# Memories of Pandora



## Deleted member 56686 (Oct 10, 2014)

I hope this isn't out of place, but I thought some of us would have some reminiscences of Pandora and would like to express their memories of her.

For me, I've only been here a short time, but I was getting to know Pandora quite well. We frequented certain threads and I was so touched by her compassion for others, particularly those that we're in distress.

We had one brief conversation in one thread in particular where we hoped to chat more deeply later on. I remember telling her how I found comfort in this forum and she wholeheartedly agreed. She loved all of us in her own way and obviously she will be greatly missed.

So anyone with special memories, please add on :smile2:


----------



## dale (Oct 10, 2014)

one of my favorite people here. what does this mean? has she died? 
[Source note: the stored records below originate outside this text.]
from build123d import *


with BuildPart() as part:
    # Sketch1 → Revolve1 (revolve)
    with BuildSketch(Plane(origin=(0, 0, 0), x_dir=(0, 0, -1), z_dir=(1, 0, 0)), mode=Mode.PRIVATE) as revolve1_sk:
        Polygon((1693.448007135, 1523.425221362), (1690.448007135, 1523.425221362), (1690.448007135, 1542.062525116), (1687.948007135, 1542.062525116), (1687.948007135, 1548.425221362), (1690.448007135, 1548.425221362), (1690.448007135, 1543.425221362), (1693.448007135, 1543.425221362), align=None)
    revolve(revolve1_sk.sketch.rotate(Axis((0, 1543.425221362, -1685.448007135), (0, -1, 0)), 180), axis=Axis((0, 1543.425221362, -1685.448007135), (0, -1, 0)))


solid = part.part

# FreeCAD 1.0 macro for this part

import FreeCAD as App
import Part
import Sketcher
from FreeCAD import Vector


def add_polygon(sketch, points):
    """Adds a closed chain of lines whose ends are joined by coincident constraints."""
    first, n = sketch.GeometryCount, len(points)
    for a, b in zip(points, points[1:] + points[:1]):
        sketch.addGeometry(Part.LineSegment(App.Vector(*a, 0), App.Vector(*b, 0)), False)
    for i in range(n):
        sketch.addConstraint(Sketcher.Constraint("Coincident", first + i, 2, first + (i + 1) % n, 1))

doc = App.newDocument("Part")
params = doc.addObject("Spreadsheet::Sheet", "Params")
for row, (alias, value) in enumerate([
    ("sketch1_width", "20 mm"),
    ("sketch1_width2", "5 mm"),
    ("sketch1_height", "3 mm"),
    ("sketch1_height2", "2.5 mm"),
    ("revolution_angle", "360 deg"),
], start=1):
    params.set(f"A{row}", alias)
    params.set(f"B{row}", "=" + value)
    params.setAlias(f"B{row}", alias)

body = doc.addObject("PartDesign::Body", "Body")

# Sketch on YZ plane
sketch1 = body.newObject("Sketcher::SketchObject", "Sketch")
sketch1.AttachmentSupport = (doc.getObject("YZ_Plane"), [""])
sketch1.MapMode = "FlatFace"
add_polygon(sketch1, [(1523.4, -1690.4), (1523.4, -1693.4), (1543.4, -1693.4), (1543.4, -1690.4), (1548.4, -1690.4), (1548.4, -1687.9), (1542.1, -1687.9), (1542.1, -1690.4)])  # lines 0-7
sketch1.addGeometry(Part.LineSegment(Vector(1548.4, -1685.4, 0), Vector(1523.4, -1685.4, 0)), True)  # axis
sketch1.addConstraint([
    Sketcher.Constraint("Vertical", 0),
    Sketcher.Constraint("Horizontal", 1),
    Sketcher.Constraint("Vertical", 2),
    Sketcher.Constraint("Horizontal", 3),
    Sketcher.Constraint("Vertical", 4),
    Sketcher.Constraint("Horizontal", 5),
    Sketcher.Constraint("Vertical", 6),
    Sketcher.Constraint("Horizontal", 7),
    Sketcher.Constraint("Horizontal", 8),
    Sketcher.Constraint("Horizontal", 3, 2, 6, 2),
    Sketcher.Constraint("Vertical", 4, 2, 8, 1),
    Sketcher.Constraint("Vertical", 7, 2, 8, 2),
    Sketcher.Constraint("DistanceX", 1, 1, 1, 2, 20.0),
    Sketcher.Constraint("DistanceX", 3, 1, 3, 2, 5.0),
    Sketcher.Constraint("DistanceY", 0, 2, 0, 1, 3.0),
    Sketcher.Constraint("DistanceY", 4, 1, 4, 2, 2.5),
    Sketcher.Constraint("DistanceY", 3, 2, 8, 1, 5.0),
    Sketcher.Constraint("DistanceX", 5, 2, 5, 1, 6.362696),
    Sketcher.Constraint("DistanceX", -1, 1, 0, 2, 1523.425221),
    Sketcher.Constraint("DistanceY", 0, 2, -1, 1, 1693.448007),
])
sketch1.setExpression("Constraints[20]", "Params.sketch1_width")
sketch1.setExpression("Constraints[21]", "Params.sketch1_width2")
sketch1.setExpression("Constraints[22]", "Params.sketch1_height")
sketch1.setExpression("Constraints[23]", "Params.sketch1_height2")
revolution = body.newObject("PartDesign::Revolution", "Revolution")
revolution.Profile = sketch1
revolution.ReferenceAxis = (sketch1, ["Axis0"])
revolution.setExpression("Angle", "Params.revolution_angle")

doc.recompute()
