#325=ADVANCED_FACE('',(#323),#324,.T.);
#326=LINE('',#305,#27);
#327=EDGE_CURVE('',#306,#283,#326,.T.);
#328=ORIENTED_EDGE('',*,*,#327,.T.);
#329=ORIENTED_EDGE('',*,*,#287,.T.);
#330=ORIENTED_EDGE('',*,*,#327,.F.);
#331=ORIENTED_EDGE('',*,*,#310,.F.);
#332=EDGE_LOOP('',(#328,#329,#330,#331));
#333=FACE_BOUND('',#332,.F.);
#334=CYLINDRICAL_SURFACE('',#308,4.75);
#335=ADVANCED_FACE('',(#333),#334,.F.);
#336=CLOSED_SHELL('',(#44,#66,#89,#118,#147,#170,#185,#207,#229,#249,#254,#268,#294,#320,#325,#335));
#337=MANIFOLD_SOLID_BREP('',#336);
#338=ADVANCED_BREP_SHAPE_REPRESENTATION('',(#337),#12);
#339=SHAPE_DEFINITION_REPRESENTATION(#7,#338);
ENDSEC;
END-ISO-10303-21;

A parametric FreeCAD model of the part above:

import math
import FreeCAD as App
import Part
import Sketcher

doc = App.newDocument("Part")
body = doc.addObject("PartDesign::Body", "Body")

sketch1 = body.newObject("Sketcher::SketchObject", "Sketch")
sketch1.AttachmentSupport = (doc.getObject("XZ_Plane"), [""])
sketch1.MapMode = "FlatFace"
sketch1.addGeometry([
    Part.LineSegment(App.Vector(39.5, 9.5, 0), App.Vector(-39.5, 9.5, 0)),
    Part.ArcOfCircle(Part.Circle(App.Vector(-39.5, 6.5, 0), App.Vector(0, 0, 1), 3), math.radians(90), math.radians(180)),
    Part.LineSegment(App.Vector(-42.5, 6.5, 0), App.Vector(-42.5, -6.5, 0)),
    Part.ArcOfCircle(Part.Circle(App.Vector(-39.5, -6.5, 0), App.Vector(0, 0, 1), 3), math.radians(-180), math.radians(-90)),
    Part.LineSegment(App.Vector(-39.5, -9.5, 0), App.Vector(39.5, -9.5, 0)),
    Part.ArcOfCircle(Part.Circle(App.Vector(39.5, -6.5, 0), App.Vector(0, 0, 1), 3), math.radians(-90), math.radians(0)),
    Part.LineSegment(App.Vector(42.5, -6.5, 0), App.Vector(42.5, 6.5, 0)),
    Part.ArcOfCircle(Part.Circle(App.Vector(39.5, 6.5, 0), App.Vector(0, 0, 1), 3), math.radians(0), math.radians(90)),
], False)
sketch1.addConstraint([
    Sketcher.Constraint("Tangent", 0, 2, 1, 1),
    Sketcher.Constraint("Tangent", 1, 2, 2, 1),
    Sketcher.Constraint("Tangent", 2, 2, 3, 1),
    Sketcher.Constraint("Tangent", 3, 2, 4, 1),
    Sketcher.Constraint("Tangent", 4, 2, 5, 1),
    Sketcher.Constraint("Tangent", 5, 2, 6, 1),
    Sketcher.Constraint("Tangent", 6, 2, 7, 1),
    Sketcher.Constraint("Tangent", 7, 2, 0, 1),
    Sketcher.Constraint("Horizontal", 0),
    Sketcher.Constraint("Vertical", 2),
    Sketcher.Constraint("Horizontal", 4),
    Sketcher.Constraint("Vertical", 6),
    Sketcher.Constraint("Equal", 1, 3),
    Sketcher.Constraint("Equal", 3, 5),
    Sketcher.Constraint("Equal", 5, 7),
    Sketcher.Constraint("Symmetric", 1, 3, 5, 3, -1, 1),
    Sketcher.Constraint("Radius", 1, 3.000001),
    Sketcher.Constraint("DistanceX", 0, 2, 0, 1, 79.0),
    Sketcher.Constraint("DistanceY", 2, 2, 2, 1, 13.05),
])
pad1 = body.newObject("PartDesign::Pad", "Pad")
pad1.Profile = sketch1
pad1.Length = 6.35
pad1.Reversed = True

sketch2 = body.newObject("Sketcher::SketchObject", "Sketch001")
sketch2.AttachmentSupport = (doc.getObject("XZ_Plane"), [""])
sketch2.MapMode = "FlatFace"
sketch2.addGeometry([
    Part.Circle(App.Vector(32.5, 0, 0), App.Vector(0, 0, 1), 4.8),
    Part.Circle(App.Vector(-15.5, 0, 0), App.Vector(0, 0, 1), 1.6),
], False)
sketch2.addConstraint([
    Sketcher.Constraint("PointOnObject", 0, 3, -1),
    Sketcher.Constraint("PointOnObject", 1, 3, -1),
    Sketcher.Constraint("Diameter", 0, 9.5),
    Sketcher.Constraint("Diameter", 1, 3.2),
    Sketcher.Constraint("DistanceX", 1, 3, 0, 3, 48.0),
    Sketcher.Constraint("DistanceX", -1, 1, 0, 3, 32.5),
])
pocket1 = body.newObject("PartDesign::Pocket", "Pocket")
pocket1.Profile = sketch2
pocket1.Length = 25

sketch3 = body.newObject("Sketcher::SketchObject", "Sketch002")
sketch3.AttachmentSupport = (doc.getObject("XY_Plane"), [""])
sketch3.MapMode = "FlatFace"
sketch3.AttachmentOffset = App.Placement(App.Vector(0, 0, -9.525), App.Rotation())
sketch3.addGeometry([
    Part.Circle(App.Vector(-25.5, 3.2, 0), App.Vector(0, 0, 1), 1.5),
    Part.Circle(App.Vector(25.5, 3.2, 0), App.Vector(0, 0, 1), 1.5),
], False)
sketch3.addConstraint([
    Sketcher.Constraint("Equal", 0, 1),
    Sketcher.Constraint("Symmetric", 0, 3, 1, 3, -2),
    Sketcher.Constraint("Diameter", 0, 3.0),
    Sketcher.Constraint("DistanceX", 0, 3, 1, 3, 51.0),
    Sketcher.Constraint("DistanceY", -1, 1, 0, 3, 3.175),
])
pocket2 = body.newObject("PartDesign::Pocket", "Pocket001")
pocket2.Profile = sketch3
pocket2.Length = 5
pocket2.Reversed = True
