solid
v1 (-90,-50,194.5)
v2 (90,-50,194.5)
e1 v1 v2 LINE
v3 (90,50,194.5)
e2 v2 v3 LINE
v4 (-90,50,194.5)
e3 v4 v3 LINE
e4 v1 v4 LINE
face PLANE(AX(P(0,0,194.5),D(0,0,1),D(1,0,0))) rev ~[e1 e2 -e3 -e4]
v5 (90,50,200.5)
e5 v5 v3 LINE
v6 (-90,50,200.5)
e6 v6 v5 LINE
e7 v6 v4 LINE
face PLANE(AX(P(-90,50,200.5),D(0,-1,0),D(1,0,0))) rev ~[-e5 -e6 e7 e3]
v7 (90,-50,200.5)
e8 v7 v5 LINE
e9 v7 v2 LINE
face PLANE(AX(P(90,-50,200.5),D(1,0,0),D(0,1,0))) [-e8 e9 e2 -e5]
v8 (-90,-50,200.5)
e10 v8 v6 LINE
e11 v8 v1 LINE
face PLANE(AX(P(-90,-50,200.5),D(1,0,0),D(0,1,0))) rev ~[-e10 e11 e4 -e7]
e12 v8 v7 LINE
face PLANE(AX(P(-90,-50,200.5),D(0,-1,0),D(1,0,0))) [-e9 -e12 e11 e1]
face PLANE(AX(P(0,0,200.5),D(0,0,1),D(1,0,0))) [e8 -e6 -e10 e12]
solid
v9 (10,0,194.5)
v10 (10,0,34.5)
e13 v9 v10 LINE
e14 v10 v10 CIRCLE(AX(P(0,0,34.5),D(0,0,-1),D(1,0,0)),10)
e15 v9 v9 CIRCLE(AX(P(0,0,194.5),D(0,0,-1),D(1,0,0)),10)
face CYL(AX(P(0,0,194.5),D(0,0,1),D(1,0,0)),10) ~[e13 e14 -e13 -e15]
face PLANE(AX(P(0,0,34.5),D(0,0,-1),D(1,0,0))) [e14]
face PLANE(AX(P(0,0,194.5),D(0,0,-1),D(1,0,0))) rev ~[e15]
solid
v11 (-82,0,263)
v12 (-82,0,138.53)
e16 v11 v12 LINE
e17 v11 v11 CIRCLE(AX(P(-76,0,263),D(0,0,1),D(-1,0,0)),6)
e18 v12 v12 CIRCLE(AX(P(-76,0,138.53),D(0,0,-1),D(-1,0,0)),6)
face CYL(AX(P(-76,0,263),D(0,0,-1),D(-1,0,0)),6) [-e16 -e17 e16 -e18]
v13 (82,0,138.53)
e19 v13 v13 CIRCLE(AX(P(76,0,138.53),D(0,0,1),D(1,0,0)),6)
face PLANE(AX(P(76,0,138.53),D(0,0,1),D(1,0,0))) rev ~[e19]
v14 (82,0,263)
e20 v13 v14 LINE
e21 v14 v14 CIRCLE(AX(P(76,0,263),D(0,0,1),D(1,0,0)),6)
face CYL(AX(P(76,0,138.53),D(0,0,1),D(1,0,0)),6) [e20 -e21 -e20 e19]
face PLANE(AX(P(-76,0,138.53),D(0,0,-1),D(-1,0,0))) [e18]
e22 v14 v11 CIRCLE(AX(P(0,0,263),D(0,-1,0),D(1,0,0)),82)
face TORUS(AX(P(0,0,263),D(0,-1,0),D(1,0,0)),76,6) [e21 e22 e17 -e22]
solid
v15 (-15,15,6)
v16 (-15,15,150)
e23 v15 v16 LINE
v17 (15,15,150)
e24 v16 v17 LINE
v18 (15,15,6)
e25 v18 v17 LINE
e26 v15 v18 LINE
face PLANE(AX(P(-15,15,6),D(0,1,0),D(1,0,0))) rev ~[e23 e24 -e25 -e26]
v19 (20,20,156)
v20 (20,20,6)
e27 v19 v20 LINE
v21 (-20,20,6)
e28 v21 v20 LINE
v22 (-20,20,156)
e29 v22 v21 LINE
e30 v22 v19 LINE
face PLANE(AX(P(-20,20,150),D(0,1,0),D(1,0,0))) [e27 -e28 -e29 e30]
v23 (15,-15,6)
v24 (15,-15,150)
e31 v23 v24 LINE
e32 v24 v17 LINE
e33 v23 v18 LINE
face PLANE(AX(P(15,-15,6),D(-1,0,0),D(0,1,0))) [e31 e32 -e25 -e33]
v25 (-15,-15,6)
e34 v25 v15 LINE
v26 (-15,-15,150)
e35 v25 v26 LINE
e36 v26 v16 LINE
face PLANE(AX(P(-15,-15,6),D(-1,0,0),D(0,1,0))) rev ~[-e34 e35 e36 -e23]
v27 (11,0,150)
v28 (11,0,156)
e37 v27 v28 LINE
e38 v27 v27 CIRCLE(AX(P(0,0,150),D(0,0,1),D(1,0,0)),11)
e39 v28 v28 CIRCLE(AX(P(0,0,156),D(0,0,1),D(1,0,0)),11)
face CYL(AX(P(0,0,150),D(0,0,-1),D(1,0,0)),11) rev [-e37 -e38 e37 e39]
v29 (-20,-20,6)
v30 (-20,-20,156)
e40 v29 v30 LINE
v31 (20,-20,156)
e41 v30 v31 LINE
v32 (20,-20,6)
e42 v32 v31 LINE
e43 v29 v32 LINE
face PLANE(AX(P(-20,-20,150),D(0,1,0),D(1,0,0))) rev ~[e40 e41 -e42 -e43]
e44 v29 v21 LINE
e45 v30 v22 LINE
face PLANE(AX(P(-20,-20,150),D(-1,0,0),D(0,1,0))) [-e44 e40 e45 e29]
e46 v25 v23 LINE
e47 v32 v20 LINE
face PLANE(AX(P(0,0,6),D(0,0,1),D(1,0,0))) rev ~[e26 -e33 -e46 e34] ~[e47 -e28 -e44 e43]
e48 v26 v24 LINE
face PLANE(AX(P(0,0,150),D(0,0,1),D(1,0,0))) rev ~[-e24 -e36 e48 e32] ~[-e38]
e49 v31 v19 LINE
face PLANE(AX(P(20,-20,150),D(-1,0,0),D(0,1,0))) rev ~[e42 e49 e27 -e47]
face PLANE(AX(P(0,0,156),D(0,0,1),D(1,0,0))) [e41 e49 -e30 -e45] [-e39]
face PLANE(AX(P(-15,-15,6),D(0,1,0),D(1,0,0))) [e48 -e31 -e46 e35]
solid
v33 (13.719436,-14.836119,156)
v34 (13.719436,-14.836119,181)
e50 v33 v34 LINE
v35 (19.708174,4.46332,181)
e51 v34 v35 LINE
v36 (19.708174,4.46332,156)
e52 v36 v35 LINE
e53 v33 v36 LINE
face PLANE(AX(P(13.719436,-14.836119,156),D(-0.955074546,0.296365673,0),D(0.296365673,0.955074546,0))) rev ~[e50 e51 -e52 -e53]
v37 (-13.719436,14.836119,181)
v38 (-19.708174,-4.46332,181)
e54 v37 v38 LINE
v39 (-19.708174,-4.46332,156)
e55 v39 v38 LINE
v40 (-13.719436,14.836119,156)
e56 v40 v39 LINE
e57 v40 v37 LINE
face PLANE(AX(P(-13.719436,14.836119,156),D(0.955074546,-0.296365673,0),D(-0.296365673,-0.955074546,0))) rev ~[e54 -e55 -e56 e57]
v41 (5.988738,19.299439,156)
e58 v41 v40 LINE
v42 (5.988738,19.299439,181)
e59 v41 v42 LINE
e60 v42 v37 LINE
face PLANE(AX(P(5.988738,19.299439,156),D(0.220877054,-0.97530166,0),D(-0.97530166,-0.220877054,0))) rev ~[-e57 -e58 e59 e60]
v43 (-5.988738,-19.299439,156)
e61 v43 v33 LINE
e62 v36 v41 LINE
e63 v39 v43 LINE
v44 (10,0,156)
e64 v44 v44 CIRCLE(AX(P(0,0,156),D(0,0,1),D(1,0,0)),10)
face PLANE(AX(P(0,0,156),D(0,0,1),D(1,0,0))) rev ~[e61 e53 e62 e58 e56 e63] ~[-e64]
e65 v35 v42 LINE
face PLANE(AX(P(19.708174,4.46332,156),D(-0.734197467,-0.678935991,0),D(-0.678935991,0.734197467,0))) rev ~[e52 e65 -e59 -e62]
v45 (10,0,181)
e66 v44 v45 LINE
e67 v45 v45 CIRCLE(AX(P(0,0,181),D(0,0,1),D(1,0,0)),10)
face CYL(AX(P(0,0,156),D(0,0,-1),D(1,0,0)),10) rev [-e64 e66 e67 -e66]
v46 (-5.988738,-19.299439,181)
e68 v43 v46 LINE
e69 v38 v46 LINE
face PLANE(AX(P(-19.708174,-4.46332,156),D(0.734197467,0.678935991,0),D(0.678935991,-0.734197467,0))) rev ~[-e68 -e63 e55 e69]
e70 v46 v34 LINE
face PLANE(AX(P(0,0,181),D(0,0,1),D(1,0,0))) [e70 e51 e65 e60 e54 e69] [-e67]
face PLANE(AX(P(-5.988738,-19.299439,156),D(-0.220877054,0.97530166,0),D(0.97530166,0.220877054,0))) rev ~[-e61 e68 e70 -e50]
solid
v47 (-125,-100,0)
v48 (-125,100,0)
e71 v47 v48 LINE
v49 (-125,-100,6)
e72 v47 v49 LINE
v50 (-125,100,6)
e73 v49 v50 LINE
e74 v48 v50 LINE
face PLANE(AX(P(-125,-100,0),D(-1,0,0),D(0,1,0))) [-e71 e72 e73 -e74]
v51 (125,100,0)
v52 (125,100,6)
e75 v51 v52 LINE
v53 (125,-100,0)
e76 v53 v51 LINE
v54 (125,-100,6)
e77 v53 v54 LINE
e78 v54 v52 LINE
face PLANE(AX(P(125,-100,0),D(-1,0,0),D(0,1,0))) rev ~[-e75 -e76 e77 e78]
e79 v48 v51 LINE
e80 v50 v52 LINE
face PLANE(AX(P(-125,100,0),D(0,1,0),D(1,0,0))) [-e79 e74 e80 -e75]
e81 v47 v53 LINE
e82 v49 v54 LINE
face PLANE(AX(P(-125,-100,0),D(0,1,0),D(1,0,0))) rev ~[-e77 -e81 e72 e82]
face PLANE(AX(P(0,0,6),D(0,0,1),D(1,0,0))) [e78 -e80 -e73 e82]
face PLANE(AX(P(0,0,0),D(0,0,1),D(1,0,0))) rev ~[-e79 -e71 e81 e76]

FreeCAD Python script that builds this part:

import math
import FreeCAD as App
import Part
import Sketcher
from FreeCAD import Vector
Q = App.Units.Quantity

doc = App.newDocument("Part")
body = doc.addObject("PartDesign::Body", "Body")

# Sketch on XY plane
sketch1 = body.newObject("Sketcher::SketchObject", "Sketch")
sketch1.AttachmentSupport = (doc.getObject("XY_Plane"), [""])
sketch1.MapMode = "FlatFace"
sketch1.addGeometry([
    Part.LineSegment(Vector(-125, 100, 0), Vector(-125, -100, 0)),
    Part.LineSegment(Vector(-125, -100, 0), Vector(125, -100, 0)),
    Part.LineSegment(Vector(125, -100, 0), Vector(125, 100, 0)),
    Part.LineSegment(Vector(125, 100, 0), Vector(-125, 100, 0)),
], False)
sketch1.addConstraint([
    Sketcher.Constraint("Coincident", 0, 2, 1, 1),
    Sketcher.Constraint("Coincident", 1, 2, 2, 1),
    Sketcher.Constraint("Coincident", 2, 2, 3, 1),
    Sketcher.Constraint("Coincident", 3, 2, 0, 1),
    Sketcher.Constraint("Vertical", 0),
    Sketcher.Constraint("Horizontal", 1),
    Sketcher.Constraint("Vertical", 2),
    Sketcher.Constraint("Horizontal", 3),
    Sketcher.Constraint("Symmetric", 0, 2, 2, 2, -1, 1),
    Sketcher.Constraint("DistanceX", 1, 1, 1, 2, Q("250 mm")),
    Sketcher.Constraint("DistanceY", 0, 2, 0, 1, Q("200 mm")),
])
pad1 = body.newObject("PartDesign::Pad", "Pad")
pad1.Profile = sketch1
pad1.Length = 6
body2 = doc.addObject("PartDesign::Body", "Body001")
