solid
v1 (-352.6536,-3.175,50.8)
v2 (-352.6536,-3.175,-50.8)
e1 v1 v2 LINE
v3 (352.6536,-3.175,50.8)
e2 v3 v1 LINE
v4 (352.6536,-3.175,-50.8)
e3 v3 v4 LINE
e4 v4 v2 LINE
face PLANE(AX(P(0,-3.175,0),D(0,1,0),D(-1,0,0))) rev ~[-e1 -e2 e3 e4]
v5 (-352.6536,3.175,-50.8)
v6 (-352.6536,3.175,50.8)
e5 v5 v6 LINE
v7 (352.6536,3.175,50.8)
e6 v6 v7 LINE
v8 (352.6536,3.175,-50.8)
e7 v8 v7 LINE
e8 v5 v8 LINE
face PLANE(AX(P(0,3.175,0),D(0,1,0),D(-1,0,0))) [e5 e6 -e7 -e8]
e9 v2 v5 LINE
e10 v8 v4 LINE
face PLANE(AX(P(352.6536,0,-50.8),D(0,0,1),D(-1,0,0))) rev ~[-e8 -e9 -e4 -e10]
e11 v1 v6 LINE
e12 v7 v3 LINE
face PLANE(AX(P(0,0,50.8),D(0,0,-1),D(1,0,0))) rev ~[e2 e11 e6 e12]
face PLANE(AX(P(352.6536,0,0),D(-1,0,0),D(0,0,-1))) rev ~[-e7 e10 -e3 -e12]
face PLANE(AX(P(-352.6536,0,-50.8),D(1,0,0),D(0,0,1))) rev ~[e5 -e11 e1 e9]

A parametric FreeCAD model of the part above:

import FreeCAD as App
import Part
import Sketcher

V = App.Vector
Q = App.Units.Quantity

doc = App.newDocument("Part")
body = doc.addObject("PartDesign::Body", "Body")

sketch1 = body.newObject("Sketcher::SketchObject", "Sketch")
sketch1.AttachmentSupport = (doc.getObject("XZ_Plane"), [""])
sketch1.MapMode = "FlatFace"
sketch1.addGeometry([
    Part.LineSegment(V(353, -51, 0), V(-353, -51, 0)),
    Part.LineSegment(V(-353, -51, 0), V(-353, 51, 0)),
    Part.LineSegment(V(-353, 51, 0), V(353, 51, 0)),
    Part.LineSegment(V(353, 51, 0), V(353, -51, 0)),
], False)
sketch1.addConstraint([
    Sketcher.Constraint("Coincident", 0, 2, 1, 1),
    Sketcher.Constraint("Coincident", 1, 2, 2, 1),
    Sketcher.Constraint("Coincident", 2, 2, 3, 1),
    Sketcher.Constraint("Coincident", 3, 2, 0, 1),
    Sketcher.Constraint("Horizontal", 0),
    Sketcher.Constraint("Vertical", 1),
    Sketcher.Constraint("Horizontal", 2),
    Sketcher.Constraint("Vertical", 3),
    Sketcher.Constraint("Symmetric", 0, 2, 2, 2, -1, 1),
    Sketcher.Constraint("DistanceY", 1, 1, 1, 2, Q("4 in")),
    Sketcher.Constraint("DistanceX", 0, 2, 0, 1, Q("27.768 in")),
])
pad1 = body.newObject("PartDesign::Pad", "Pad")
pad1.Profile = sketch1
pad1.Length = Q("0.25 in")
pad1.Midplane = True

doc.recompute()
edit: oh wow. i never read the site announcements. that's horrible. i'll miss her.


----------



## Deleted member 56686 (Oct 10, 2014)

Yes Dale, she passed away Monday. Cran started a thread titled Pandora's Passing. I just added this thread in case people wanted to be more elaborate in their memories.


----------



## Schrody (Oct 10, 2014)

Pandora was such a sweet person. Always caring. I didn't know her well, but we spoke a little, and I could see and feel she's a very warm and loving person. She always had a nice word for everybody. So sad, all out of sudden. She was too young.


----------



## Bishop (Oct 10, 2014)

I wish I could point to one particular memory, but Pandora was always just a wonderful presence in any part of the forum. She was always calm and wise and offered great advice and encouragement. I still remember her wonderful words in my Catfish Interview, and being touched.


----------



## TKent (Oct 10, 2014)

OH NO... I had no idea. She lived in my general area and I had been planning to ask her to meet me for coffee sometime.  How awful.


----------



## Deleted member 56686 (Oct 10, 2014)

I was especially concerned about you TK. I knew you two were talking about the Atlanta Falcons. It's such a sad day. :sad:


----------



## TKent (Oct 10, 2014)

And I can almost imagine her penning a few lines that would capture the feeling better than anything I could ever dream of writing. 

It's such a sad day. :sad:


----------



## TKent (Oct 10, 2014)

What a weird day this has been. I just can't get Pandora off my mind. One day she said she was looking at the beautiful lake Spivey and I realized how close she was and felt a kind of connection knowing she was there. She was also on my welcoming committee. So when I'd see her post, I often would click to see what beautiful words she had shared that day.  Been looking through some this morning, and this one just hit me hard. 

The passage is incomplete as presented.